REQUIREMENT: Set down exactly, from the records below, the line with "#120=ORIENTED_EDGE('',*,*,#35,.T.);" through the line with "#175=ORIENTED_EDGE('',*,*,#174,.T.);", and nothing else.
Start of Block
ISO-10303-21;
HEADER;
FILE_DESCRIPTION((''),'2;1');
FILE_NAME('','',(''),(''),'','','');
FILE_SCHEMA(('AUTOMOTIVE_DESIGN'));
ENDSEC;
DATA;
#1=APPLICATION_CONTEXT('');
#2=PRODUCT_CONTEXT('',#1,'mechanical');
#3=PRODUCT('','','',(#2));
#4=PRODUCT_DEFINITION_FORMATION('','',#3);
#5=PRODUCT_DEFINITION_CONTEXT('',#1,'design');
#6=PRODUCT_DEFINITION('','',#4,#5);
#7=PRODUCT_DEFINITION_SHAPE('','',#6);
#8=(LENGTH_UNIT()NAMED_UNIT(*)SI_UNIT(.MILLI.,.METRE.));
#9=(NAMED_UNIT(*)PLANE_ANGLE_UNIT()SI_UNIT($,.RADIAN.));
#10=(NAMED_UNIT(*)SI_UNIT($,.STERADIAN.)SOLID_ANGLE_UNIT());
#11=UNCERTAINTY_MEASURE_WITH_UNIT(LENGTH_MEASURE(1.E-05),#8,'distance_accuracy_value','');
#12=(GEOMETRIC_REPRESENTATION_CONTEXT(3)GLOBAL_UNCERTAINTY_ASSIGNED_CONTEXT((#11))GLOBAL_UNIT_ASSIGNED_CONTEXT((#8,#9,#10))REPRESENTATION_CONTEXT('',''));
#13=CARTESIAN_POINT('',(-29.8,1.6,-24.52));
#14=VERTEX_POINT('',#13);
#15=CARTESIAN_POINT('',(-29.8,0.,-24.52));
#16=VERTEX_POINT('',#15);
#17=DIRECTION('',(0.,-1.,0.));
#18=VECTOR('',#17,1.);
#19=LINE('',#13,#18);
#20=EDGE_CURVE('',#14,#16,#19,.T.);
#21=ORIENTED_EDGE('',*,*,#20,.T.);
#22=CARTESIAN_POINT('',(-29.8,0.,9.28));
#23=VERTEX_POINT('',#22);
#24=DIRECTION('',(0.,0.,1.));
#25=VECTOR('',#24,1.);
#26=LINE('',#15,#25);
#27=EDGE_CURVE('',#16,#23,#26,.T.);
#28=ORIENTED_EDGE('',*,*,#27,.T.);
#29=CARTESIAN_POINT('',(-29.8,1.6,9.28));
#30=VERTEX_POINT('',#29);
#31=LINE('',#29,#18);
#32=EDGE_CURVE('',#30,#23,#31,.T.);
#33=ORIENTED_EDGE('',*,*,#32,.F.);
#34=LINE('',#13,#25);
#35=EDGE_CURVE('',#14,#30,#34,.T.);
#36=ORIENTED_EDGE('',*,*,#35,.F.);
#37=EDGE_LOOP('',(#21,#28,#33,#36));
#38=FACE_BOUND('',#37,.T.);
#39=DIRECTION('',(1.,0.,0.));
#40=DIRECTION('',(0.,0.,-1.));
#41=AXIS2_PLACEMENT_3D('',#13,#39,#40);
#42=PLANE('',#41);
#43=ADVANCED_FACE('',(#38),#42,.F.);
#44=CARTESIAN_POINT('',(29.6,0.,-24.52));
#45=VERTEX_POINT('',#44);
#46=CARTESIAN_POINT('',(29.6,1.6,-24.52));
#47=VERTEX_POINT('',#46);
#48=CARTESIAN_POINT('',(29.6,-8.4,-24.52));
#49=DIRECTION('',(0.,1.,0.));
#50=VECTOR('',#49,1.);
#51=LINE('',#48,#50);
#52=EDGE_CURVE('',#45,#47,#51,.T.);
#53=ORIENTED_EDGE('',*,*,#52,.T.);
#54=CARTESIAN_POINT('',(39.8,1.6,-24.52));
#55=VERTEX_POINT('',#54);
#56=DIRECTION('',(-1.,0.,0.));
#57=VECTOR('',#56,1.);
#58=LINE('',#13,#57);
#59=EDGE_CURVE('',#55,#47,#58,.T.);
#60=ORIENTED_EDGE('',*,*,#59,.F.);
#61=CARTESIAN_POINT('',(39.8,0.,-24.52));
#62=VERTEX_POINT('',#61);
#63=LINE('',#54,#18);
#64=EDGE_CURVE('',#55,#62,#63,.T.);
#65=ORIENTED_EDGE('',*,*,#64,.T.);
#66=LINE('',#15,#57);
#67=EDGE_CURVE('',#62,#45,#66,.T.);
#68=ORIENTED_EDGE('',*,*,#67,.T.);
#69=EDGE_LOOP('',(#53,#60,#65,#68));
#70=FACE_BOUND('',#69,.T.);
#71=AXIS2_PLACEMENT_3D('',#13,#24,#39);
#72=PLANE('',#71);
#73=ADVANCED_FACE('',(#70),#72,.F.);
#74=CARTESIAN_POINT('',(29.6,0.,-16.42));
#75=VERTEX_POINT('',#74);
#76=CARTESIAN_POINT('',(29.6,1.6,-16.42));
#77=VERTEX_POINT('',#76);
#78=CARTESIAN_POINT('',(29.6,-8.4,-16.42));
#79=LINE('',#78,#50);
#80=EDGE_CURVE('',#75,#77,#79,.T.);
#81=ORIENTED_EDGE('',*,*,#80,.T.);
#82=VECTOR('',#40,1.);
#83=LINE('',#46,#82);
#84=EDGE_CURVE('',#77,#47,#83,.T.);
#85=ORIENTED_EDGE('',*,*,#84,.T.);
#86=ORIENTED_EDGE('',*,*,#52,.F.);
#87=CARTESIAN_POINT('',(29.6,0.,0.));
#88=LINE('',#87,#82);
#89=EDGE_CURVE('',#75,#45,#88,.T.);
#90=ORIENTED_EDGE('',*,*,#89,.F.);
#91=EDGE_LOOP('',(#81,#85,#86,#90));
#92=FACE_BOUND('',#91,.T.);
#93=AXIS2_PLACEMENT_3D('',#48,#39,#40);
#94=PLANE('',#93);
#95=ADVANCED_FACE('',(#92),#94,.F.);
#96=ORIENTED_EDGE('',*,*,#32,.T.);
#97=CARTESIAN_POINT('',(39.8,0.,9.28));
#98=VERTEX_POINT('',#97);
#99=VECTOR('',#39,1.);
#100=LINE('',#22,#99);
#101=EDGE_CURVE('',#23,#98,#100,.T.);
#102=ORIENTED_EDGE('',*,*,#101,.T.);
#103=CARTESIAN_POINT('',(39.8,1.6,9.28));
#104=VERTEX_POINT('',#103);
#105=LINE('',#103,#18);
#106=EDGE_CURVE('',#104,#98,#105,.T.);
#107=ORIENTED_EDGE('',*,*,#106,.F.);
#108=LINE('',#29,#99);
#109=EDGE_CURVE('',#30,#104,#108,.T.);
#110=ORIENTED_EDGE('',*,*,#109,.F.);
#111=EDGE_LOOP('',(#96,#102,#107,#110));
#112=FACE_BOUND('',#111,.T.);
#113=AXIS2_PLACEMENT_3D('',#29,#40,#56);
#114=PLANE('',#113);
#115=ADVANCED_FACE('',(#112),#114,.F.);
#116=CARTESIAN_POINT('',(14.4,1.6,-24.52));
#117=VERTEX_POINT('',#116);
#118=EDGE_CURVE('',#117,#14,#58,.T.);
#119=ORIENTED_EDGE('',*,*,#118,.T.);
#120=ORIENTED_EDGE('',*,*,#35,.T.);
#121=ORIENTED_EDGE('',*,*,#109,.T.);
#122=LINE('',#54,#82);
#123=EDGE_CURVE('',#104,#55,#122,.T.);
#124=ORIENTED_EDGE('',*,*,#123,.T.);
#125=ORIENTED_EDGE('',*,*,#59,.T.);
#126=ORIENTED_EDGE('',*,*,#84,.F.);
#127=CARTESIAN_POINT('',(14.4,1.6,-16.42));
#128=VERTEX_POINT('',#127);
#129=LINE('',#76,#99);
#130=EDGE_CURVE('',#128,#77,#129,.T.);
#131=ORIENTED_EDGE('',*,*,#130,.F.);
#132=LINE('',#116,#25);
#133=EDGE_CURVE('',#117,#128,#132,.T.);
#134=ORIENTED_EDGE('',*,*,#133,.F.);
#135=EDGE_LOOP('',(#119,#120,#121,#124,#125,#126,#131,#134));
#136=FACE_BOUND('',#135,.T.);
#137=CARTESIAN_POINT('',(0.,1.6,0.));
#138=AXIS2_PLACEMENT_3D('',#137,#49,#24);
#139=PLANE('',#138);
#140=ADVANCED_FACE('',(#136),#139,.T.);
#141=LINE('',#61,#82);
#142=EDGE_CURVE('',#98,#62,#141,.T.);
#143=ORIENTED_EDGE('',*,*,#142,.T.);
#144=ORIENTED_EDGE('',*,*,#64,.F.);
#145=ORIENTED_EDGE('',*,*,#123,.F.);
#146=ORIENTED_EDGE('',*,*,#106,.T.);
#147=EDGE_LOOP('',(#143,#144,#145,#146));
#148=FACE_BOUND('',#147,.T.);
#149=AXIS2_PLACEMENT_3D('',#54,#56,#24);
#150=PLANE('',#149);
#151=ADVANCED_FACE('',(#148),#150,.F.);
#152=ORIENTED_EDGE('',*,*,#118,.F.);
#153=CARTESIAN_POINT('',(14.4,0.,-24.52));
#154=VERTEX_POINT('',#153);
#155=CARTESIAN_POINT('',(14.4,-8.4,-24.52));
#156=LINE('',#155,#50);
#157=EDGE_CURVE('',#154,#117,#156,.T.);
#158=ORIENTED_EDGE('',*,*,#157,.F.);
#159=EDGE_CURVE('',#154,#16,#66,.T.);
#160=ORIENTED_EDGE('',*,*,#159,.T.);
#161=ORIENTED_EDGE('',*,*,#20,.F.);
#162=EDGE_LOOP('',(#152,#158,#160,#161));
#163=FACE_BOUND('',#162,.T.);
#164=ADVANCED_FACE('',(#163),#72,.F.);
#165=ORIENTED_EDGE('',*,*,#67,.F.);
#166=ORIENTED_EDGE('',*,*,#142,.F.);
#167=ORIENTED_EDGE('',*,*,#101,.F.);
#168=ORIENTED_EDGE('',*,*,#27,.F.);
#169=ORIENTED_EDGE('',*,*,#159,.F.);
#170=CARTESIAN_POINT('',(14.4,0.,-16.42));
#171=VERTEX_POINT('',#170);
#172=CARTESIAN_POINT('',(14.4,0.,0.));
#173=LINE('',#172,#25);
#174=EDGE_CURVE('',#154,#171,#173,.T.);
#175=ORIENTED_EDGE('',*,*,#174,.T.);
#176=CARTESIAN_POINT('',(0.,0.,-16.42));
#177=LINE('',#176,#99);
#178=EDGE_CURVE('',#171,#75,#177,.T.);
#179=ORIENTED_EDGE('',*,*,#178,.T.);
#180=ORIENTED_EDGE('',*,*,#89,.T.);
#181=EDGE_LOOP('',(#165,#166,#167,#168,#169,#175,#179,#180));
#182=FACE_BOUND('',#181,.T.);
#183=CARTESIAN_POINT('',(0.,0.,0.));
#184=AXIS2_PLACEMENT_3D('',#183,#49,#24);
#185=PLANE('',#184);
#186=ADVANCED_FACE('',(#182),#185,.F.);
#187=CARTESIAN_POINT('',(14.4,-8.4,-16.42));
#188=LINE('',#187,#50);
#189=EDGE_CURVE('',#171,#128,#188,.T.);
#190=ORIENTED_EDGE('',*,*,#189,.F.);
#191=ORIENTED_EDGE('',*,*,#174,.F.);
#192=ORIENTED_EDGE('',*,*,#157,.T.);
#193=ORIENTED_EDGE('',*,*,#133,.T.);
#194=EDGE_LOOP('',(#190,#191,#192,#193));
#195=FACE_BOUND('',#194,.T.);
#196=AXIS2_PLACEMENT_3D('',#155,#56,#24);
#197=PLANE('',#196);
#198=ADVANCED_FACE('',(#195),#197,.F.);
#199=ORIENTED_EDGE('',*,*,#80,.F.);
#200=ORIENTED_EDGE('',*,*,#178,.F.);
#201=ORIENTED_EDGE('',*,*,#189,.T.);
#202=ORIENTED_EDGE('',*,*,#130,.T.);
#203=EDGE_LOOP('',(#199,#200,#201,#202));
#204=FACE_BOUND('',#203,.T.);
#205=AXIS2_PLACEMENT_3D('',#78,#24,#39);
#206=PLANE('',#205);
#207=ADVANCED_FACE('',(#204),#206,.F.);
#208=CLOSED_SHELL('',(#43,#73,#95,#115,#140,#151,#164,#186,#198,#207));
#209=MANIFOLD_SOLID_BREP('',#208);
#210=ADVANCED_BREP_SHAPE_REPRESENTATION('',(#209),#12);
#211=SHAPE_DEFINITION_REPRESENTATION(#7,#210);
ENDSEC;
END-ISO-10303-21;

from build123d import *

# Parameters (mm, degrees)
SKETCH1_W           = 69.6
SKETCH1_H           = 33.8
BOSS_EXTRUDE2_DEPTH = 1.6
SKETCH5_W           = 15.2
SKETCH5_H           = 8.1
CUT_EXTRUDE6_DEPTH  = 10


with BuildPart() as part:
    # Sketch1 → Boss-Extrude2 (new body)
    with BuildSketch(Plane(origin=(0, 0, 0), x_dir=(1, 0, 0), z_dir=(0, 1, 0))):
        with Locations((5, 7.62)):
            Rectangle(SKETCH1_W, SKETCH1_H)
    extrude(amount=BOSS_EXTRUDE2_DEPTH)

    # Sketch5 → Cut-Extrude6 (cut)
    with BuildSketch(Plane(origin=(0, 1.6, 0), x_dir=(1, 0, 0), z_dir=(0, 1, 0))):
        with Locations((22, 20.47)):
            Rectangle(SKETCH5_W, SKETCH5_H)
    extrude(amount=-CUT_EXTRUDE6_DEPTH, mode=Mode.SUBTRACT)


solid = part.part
End of Block
Start of Block
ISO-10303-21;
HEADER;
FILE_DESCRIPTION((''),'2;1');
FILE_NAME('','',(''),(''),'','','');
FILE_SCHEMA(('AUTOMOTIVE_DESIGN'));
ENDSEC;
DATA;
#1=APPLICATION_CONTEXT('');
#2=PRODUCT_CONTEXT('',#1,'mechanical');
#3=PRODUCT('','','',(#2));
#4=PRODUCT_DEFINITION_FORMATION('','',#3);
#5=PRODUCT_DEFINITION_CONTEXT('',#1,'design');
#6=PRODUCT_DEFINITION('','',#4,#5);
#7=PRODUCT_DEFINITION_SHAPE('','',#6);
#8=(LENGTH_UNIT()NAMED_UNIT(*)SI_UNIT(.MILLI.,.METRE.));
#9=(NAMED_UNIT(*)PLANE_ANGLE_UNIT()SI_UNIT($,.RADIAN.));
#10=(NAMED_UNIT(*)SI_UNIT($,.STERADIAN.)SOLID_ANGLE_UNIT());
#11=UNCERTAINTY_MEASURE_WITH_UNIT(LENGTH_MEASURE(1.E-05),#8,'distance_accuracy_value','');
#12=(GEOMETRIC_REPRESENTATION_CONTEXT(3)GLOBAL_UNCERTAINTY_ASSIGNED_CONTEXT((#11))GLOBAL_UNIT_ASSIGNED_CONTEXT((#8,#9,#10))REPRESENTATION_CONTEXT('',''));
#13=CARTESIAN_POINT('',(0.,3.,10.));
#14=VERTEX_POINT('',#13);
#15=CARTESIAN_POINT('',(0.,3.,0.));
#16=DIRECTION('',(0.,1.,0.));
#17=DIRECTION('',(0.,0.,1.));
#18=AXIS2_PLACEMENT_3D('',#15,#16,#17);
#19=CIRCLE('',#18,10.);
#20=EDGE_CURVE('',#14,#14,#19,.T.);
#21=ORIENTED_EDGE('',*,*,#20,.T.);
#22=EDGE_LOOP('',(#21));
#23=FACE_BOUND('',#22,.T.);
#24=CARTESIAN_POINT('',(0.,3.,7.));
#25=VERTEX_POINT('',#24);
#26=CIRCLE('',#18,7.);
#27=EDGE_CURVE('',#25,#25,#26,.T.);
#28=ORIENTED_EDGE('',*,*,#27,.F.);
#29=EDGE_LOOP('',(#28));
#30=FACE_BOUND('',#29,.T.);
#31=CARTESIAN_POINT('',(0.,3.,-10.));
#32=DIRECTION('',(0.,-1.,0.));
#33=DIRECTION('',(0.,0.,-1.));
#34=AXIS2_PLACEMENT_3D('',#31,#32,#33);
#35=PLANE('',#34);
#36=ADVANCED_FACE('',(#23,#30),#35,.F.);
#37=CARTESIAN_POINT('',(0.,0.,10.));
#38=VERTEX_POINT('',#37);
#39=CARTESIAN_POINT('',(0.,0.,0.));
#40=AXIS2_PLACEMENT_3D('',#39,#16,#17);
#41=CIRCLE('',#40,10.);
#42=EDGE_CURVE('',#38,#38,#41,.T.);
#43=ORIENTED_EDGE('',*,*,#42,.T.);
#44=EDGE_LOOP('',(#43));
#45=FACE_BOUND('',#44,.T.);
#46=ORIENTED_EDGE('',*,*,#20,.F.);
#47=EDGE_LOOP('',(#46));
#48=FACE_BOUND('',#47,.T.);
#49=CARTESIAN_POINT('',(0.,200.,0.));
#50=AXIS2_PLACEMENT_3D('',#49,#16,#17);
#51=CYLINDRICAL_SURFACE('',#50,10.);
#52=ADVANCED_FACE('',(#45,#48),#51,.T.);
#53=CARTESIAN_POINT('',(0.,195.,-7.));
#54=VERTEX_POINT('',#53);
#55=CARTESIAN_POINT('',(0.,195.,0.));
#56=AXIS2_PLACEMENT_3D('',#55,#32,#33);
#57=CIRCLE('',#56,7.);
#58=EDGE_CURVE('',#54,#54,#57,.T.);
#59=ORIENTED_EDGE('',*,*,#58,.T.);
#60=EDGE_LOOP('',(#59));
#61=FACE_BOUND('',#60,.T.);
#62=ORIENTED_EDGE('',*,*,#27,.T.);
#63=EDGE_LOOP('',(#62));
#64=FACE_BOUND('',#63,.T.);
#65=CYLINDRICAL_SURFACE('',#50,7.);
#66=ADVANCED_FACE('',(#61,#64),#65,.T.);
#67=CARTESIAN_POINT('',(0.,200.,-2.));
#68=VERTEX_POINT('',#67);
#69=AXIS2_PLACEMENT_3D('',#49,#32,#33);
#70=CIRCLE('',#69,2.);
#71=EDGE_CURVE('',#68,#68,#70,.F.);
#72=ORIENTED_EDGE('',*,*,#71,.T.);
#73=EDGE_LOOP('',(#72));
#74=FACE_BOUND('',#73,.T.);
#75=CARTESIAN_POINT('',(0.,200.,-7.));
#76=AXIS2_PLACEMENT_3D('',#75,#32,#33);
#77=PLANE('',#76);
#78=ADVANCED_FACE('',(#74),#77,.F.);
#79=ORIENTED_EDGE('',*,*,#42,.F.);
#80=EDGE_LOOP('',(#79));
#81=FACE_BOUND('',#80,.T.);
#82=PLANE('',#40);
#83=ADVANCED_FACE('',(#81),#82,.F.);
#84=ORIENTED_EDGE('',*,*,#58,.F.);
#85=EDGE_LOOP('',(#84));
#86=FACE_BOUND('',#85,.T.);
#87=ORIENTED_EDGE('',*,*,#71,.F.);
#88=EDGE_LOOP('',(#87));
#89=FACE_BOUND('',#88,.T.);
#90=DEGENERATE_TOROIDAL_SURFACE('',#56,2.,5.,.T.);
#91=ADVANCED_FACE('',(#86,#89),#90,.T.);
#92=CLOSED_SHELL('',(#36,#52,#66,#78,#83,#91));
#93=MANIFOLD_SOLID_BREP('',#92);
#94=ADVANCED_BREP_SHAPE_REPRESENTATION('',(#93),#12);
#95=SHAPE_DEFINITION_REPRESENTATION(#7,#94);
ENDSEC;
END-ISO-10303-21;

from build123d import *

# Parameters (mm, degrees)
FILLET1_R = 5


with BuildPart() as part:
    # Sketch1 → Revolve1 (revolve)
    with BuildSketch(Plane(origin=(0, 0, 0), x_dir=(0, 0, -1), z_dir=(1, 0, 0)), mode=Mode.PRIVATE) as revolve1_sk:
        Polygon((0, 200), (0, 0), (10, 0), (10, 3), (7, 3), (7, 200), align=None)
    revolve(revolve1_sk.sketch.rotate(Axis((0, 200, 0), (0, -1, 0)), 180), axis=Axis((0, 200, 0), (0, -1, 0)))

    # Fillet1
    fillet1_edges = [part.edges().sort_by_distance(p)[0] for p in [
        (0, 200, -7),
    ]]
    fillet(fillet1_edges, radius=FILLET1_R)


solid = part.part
End of Block
Start of Block
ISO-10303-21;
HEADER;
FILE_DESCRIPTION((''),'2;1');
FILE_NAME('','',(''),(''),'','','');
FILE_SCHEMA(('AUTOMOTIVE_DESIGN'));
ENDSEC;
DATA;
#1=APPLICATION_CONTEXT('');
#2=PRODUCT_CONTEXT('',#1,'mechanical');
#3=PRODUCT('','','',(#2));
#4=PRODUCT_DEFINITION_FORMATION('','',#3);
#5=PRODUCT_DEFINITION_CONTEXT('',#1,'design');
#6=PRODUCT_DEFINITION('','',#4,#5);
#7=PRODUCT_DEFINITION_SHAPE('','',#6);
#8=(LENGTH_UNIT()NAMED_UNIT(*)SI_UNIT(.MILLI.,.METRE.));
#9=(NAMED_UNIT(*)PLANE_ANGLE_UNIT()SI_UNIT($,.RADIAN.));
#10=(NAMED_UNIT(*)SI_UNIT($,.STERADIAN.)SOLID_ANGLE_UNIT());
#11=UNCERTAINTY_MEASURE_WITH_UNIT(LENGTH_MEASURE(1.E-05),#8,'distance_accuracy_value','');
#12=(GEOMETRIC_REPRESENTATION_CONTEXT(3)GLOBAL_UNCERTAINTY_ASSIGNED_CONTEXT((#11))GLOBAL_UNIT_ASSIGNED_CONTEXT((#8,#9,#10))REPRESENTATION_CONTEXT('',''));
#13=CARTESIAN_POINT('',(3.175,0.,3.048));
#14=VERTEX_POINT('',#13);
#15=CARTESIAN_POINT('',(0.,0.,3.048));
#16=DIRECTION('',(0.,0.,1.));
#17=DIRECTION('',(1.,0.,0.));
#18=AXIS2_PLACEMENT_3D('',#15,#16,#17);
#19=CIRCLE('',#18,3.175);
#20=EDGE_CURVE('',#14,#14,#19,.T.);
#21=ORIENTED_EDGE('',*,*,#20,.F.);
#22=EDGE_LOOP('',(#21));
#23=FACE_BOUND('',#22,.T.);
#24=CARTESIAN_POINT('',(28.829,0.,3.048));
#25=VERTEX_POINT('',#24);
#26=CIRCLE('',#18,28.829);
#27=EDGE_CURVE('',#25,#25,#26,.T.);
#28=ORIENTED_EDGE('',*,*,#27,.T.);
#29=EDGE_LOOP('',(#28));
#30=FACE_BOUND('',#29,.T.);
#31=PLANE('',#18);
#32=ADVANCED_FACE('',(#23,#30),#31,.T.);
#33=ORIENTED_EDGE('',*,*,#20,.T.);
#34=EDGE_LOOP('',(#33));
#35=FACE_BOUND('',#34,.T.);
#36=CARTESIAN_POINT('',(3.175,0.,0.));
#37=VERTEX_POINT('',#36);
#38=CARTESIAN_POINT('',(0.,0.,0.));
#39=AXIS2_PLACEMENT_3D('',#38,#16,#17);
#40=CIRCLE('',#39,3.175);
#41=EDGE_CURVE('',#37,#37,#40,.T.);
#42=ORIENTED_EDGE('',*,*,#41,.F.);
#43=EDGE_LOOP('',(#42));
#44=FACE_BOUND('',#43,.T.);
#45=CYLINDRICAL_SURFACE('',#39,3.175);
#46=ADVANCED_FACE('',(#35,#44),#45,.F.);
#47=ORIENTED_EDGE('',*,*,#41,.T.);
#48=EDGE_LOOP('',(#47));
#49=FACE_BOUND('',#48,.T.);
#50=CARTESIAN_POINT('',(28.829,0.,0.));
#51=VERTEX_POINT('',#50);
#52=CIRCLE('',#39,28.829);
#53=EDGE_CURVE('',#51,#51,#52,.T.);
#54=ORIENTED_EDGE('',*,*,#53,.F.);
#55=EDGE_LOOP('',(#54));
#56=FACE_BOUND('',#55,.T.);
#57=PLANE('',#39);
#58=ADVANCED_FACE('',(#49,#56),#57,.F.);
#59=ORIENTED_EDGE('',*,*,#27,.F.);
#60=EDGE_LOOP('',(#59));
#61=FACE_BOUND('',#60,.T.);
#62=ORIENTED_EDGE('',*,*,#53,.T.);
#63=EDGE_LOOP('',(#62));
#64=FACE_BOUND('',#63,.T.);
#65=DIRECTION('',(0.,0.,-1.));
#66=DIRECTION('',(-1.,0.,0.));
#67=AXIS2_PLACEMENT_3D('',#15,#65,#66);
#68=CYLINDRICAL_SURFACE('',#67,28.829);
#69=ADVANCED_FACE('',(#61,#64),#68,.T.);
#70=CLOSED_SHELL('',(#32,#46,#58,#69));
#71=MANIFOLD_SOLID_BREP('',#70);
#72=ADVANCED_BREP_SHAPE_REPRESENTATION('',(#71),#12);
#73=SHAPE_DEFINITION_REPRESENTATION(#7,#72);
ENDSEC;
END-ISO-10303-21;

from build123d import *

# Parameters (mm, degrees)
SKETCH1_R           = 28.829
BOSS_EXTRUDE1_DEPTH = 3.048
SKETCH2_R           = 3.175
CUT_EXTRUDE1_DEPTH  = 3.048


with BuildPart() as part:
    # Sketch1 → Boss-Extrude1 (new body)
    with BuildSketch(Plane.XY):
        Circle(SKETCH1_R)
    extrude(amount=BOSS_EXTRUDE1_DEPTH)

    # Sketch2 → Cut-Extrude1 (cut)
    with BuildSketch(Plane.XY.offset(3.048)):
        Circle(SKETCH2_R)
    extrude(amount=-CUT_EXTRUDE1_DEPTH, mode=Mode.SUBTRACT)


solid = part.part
End of Block
RESULT FOR THIS TASK:
#120=ORIENTED_EDGE('',*,*,#35,.T.);
#121=ORIENTED_EDGE('',*,*,#109,.T.);
#122=LINE('',#54,#82);
#123=EDGE_CURVE('',#104,#55,#122,.T.);
#124=ORIENTED_EDGE('',*,*,#123,.T.);
#125=ORIENTED_EDGE('',*,*,#59,.T.);
#126=ORIENTED_EDGE('',*,*,#84,.F.);
#127=CARTESIAN_POINT('',(14.4,1.6,-16.42));
#128=VERTEX_POINT('',#127);
#129=LINE('',#76,#99);
#130=EDGE_CURVE('',#128,#77,#129,.T.);
#131=ORIENTED_EDGE('',*,*,#130,.F.);
#132=LINE('',#116,#25);
#133=EDGE_CURVE('',#117,#128,#132,.T.);
#134=ORIENTED_EDGE('',*,*,#133,.F.);
#135=EDGE_LOOP('',(#119,#120,#121,#124,#125,#126,#131,#134));
#136=FACE_BOUND('',#135,.T.);
#137=CARTESIAN_POINT('',(0.,1.6,0.));
#138=AXIS2_PLACEMENT_3D('',#137,#49,#24);
#139=PLANE('',#138);
#140=ADVANCED_FACE('',(#136),#139,.T.);
#141=LINE('',#61,#82);
#142=EDGE_CURVE('',#98,#62,#141,.T.);
#143=ORIENTED_EDGE('',*,*,#142,.T.);
#144=ORIENTED_EDGE('',*,*,#64,.F.);
#145=ORIENTED_EDGE('',*,*,#123,.F.);
#146=ORIENTED_EDGE('',*,*,#106,.T.);
#147=EDGE_LOOP('',(#143,#144,#145,#146));
#148=FACE_BOUND('',#147,.T.);
#149=AXIS2_PLACEMENT_3D('',#54,#56,#24);
#150=PLANE('',#149);
#151=ADVANCED_FACE('',(#148),#150,.F.);
#152=ORIENTED_EDGE('',*,*,#118,.F.);
#153=CARTESIAN_POINT('',(14.4,0.,-24.52));
#154=VERTEX_POINT('',#153);
#155=CARTESIAN_POINT('',(14.4,-8.4,-24.52));
#156=LINE('',#155,#50);
#157=EDGE_CURVE('',#154,#117,#156,.T.);
#158=ORIENTED_EDGE('',*,*,#157,.F.);
#159=EDGE_CURVE('',#154,#16,#66,.T.);
#160=ORIENTED_EDGE('',*,*,#159,.T.);
#161=ORIENTED_EDGE('',*,*,#20,.F.);
#162=EDGE_LOOP('',(#152,#158,#160,#161));
#163=FACE_BOUND('',#162,.T.);
#164=ADVANCED_FACE('',(#163),#72,.F.);
#165=ORIENTED_EDGE('',*,*,#67,.F.);
#166=ORIENTED_EDGE('',*,*,#142,.F.);
#167=ORIENTED_EDGE('',*,*,#101,.F.);
#168=ORIENTED_EDGE('',*,*,#27,.F.);
#169=ORIENTED_EDGE('',*,*,#159,.F.);
#170=CARTESIAN_POINT('',(14.4,0.,-16.42));
#171=VERTEX_POINT('',#170);
#172=CARTESIAN_POINT('',(14.4,0.,0.));
#173=LINE('',#172,#25);
#174=EDGE_CURVE('',#154,#171,#173,.T.);
#175=ORIENTED_EDGE('',*,*,#174,.T.);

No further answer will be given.